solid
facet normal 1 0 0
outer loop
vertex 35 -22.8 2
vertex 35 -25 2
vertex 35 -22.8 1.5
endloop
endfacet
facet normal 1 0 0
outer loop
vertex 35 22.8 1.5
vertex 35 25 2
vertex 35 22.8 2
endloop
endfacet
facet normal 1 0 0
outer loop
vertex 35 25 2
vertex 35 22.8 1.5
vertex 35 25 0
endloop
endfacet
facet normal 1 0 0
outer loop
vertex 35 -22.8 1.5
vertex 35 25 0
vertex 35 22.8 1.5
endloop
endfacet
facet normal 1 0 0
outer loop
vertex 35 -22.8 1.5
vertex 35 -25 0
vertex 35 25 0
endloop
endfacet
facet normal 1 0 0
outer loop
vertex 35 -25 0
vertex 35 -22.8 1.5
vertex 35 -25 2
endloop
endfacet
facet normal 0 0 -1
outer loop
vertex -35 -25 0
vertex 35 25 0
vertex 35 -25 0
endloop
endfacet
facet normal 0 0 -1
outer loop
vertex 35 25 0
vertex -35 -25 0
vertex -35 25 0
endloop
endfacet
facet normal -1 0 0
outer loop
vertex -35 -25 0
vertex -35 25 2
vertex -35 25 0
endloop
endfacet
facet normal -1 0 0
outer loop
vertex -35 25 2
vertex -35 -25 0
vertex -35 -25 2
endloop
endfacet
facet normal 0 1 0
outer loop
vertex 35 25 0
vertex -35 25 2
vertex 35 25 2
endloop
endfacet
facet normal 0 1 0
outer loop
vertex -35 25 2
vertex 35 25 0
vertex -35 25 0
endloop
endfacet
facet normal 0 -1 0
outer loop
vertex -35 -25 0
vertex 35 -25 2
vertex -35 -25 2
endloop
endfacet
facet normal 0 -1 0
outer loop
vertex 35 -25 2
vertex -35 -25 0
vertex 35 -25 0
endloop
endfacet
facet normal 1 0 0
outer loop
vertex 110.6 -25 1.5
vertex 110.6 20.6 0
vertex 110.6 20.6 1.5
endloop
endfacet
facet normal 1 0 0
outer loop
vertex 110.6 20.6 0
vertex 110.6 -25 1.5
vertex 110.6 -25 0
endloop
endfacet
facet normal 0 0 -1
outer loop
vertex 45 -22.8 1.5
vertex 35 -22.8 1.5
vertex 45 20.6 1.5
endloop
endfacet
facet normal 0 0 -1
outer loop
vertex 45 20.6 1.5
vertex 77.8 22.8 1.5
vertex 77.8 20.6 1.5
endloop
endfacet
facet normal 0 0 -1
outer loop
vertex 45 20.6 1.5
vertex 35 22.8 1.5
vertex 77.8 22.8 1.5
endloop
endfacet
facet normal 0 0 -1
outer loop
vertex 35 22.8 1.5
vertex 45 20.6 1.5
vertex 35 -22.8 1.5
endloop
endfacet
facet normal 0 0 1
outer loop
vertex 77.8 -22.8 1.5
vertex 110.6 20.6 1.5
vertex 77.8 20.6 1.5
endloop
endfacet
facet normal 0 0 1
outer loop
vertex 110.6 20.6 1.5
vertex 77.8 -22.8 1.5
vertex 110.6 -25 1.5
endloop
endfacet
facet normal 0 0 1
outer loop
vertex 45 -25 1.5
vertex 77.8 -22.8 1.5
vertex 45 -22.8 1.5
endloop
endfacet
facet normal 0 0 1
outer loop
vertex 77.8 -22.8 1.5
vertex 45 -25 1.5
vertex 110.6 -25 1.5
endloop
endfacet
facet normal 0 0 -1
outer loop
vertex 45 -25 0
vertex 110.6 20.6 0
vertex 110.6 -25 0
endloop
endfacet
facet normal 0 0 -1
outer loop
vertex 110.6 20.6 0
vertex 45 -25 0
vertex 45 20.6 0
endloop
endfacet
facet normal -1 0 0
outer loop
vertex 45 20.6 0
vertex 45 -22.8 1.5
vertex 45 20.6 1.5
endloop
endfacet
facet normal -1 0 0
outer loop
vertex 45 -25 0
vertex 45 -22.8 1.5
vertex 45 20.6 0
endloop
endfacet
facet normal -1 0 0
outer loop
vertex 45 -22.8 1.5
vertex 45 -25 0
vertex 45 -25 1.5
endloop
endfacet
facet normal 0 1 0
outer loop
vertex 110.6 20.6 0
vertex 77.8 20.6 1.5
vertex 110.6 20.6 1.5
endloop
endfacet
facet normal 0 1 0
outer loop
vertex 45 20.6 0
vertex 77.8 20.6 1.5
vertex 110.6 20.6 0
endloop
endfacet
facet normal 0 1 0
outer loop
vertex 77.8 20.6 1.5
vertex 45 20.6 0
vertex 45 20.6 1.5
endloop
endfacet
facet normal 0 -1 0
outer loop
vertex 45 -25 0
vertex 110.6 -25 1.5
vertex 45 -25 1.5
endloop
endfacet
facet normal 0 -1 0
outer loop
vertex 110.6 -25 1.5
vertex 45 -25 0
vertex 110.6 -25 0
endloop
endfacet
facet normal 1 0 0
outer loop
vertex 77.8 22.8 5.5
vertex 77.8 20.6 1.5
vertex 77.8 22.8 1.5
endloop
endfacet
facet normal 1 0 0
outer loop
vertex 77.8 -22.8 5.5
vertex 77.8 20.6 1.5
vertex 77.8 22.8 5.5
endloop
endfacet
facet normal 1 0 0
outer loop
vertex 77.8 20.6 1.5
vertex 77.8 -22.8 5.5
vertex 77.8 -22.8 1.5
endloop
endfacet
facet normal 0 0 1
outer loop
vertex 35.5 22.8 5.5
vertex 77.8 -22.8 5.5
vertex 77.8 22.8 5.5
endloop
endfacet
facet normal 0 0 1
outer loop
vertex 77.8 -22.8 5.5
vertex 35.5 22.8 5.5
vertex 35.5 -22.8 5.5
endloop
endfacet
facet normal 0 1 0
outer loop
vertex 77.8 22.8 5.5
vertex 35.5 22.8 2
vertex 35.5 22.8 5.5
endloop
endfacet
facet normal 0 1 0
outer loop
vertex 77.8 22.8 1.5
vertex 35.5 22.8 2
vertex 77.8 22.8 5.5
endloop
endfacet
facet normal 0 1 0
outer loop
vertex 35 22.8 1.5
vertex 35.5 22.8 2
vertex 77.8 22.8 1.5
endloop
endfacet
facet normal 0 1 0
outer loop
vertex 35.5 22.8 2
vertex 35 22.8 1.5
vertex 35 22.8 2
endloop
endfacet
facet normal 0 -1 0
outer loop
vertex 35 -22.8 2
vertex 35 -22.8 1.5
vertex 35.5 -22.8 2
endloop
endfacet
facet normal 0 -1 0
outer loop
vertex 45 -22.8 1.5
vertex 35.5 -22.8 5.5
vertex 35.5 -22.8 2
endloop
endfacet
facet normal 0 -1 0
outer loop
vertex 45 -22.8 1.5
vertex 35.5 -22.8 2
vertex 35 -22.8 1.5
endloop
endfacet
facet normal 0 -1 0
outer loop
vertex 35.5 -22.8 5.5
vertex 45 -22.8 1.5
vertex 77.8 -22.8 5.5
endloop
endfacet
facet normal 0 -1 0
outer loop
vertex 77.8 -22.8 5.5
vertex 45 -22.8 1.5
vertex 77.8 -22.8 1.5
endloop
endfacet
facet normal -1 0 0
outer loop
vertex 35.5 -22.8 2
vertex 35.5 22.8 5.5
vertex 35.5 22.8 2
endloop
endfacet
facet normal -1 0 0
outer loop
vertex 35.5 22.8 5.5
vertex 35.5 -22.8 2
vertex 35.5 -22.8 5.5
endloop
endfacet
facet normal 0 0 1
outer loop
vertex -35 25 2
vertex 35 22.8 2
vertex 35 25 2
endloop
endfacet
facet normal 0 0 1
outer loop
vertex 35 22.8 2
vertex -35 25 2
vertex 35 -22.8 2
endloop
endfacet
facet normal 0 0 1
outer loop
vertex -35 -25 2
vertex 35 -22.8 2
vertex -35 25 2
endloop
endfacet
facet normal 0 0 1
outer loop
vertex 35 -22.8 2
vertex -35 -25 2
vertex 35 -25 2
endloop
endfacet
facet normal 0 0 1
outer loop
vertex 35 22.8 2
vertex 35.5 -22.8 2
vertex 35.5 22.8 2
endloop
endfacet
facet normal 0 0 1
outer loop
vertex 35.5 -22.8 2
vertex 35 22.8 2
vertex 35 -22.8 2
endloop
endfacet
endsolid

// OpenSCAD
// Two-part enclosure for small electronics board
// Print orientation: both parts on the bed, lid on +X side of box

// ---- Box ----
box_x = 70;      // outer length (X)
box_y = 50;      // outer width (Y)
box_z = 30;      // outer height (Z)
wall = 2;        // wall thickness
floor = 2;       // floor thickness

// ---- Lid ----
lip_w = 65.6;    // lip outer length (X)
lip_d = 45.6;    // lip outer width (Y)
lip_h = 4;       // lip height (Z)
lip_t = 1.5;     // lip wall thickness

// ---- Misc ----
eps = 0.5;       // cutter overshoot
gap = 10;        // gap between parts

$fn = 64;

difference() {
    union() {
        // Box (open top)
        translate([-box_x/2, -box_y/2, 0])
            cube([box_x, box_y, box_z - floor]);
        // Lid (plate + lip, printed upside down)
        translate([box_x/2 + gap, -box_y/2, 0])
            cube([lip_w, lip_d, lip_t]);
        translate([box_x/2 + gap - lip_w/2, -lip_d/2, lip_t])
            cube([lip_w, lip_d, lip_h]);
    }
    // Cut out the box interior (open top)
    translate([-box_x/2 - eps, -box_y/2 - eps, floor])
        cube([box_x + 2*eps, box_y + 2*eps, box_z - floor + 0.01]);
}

---

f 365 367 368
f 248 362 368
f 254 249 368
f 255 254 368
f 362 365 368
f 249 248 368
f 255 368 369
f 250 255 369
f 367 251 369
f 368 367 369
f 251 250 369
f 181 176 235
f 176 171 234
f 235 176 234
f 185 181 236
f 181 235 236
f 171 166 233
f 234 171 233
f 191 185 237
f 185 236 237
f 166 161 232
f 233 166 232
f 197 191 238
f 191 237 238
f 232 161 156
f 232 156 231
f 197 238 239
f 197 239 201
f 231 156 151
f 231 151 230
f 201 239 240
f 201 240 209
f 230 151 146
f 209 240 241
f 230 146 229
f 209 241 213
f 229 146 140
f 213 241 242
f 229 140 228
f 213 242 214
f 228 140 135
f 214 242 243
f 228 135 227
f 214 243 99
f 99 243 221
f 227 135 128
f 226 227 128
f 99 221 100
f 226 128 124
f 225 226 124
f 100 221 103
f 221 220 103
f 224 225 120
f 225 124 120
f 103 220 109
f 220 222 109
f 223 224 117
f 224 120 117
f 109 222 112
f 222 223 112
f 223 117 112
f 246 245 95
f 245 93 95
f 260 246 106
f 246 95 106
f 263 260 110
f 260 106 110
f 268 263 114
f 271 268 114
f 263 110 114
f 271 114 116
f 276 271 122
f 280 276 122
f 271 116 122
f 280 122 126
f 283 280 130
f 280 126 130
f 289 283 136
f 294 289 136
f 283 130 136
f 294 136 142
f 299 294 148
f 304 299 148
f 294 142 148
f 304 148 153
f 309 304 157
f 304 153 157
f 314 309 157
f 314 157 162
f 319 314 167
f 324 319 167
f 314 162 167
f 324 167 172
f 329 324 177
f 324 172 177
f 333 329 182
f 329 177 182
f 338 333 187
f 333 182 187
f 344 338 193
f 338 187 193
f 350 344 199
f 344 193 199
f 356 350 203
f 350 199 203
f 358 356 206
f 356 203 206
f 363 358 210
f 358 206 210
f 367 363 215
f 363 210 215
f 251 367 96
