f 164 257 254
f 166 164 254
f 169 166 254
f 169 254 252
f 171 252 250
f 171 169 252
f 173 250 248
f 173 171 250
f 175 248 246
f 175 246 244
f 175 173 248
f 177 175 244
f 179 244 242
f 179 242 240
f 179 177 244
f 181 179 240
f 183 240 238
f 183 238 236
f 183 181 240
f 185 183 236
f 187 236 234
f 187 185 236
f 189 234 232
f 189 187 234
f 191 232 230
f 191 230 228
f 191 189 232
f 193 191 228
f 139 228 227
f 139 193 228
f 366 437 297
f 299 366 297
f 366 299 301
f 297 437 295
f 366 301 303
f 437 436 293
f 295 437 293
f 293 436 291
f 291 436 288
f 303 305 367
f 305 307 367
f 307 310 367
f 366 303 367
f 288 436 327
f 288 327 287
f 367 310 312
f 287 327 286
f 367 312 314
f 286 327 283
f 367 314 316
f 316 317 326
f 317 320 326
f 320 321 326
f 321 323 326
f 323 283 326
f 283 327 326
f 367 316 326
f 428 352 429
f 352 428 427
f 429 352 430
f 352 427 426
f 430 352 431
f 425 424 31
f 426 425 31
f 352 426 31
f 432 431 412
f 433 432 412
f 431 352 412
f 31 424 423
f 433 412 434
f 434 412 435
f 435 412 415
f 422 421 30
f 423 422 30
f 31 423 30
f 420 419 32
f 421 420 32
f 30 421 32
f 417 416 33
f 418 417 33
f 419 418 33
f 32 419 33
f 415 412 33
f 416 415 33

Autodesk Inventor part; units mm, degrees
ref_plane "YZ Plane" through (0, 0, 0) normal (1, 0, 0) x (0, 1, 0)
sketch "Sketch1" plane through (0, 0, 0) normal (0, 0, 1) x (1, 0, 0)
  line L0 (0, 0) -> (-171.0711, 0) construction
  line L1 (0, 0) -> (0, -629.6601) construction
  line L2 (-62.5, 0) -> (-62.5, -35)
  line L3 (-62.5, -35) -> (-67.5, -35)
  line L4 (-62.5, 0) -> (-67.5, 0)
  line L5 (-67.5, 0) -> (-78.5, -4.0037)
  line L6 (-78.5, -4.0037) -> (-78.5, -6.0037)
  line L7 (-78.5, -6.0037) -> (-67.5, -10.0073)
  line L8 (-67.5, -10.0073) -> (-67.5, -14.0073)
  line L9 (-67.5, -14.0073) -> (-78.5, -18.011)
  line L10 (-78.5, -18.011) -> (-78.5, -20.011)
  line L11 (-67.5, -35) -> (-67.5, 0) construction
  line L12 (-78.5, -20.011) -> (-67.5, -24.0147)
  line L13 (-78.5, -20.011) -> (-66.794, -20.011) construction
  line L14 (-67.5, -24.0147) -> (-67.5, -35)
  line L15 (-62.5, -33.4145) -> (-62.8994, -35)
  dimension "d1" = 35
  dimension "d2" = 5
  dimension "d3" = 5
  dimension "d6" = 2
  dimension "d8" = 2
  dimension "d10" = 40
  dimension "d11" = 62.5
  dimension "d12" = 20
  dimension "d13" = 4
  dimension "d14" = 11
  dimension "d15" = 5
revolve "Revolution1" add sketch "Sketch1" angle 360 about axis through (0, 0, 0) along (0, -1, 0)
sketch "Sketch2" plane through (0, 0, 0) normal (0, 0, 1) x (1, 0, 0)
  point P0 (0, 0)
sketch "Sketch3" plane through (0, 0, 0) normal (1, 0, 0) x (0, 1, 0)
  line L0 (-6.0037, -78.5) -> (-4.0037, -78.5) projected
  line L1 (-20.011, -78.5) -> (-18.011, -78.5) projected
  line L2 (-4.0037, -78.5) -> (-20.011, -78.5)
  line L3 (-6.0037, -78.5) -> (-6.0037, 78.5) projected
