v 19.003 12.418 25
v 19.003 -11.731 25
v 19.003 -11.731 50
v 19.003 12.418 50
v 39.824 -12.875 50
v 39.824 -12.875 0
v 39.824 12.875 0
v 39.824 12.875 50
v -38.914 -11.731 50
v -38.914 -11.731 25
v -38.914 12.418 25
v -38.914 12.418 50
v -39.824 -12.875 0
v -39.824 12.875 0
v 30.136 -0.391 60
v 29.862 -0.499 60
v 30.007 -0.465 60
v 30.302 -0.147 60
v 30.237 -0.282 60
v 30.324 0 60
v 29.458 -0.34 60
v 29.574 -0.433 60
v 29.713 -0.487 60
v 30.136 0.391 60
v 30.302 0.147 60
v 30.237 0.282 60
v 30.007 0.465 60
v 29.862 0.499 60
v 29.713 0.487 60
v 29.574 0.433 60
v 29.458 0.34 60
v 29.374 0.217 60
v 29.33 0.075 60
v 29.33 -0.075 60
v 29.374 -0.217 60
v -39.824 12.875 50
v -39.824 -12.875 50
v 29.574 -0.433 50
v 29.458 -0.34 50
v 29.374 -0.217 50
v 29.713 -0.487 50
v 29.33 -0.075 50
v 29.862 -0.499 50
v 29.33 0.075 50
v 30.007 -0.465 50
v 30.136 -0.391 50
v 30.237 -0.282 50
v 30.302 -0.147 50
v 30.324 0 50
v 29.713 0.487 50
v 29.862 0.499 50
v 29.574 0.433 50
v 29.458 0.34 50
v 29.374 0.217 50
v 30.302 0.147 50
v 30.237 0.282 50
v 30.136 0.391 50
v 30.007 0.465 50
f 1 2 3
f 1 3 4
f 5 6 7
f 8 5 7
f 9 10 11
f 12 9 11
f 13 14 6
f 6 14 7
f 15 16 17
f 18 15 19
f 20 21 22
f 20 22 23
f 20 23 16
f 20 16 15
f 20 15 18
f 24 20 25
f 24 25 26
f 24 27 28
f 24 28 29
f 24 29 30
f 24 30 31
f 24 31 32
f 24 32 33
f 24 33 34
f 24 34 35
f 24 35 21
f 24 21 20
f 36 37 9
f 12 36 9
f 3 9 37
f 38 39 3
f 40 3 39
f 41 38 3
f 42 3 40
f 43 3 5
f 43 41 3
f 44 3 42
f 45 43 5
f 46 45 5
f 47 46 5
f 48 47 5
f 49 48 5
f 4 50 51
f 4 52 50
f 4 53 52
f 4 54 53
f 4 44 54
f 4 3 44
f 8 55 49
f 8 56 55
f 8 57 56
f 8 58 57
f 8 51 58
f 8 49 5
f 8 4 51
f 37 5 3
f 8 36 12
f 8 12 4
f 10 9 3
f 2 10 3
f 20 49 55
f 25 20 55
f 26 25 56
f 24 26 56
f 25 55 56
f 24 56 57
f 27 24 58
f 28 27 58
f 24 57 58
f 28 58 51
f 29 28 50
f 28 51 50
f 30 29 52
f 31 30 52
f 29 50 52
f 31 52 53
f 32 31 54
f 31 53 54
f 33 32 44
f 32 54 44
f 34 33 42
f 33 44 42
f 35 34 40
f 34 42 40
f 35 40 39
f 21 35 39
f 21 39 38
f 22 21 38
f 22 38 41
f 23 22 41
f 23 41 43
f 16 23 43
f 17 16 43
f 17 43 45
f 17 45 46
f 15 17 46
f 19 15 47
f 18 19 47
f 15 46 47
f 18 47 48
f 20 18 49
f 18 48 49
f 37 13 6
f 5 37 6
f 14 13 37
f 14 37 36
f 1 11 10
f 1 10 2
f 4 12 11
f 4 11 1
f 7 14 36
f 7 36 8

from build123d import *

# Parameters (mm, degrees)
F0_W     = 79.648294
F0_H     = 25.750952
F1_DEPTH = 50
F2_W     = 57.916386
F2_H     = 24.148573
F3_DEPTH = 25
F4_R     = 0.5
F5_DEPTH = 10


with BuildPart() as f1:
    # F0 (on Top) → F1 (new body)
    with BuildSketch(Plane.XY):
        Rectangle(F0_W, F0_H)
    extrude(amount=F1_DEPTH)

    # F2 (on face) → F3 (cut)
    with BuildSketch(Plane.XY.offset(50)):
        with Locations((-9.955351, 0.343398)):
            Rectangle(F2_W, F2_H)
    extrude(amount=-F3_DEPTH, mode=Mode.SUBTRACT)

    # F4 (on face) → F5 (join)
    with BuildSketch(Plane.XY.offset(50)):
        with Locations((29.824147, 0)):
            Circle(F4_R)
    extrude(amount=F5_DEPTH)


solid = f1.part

- The problem:
Return each line from the data where the string "through" can be found.

- Your solution:
ref_plane "YZ Plane" through (0, 0, 0) normal (1, 0, 0) x (0, 1, 0)
sketch "Sketch1" plane through (0, 0, 0) normal (0, 0, 1) x (1, 0, 0)
revolve "Revolution1" add sketch "Sketch1" angle 360 about axis through (0, 0, 0) along (0, -1, 0)
sketch "Sketch2" plane through (0, 0, 0) normal (0, 0, 1) x (1, 0, 0)
sketch "Sketch3" plane through (0, 0, 0) normal (1, 0, 0) x (0, 1, 0)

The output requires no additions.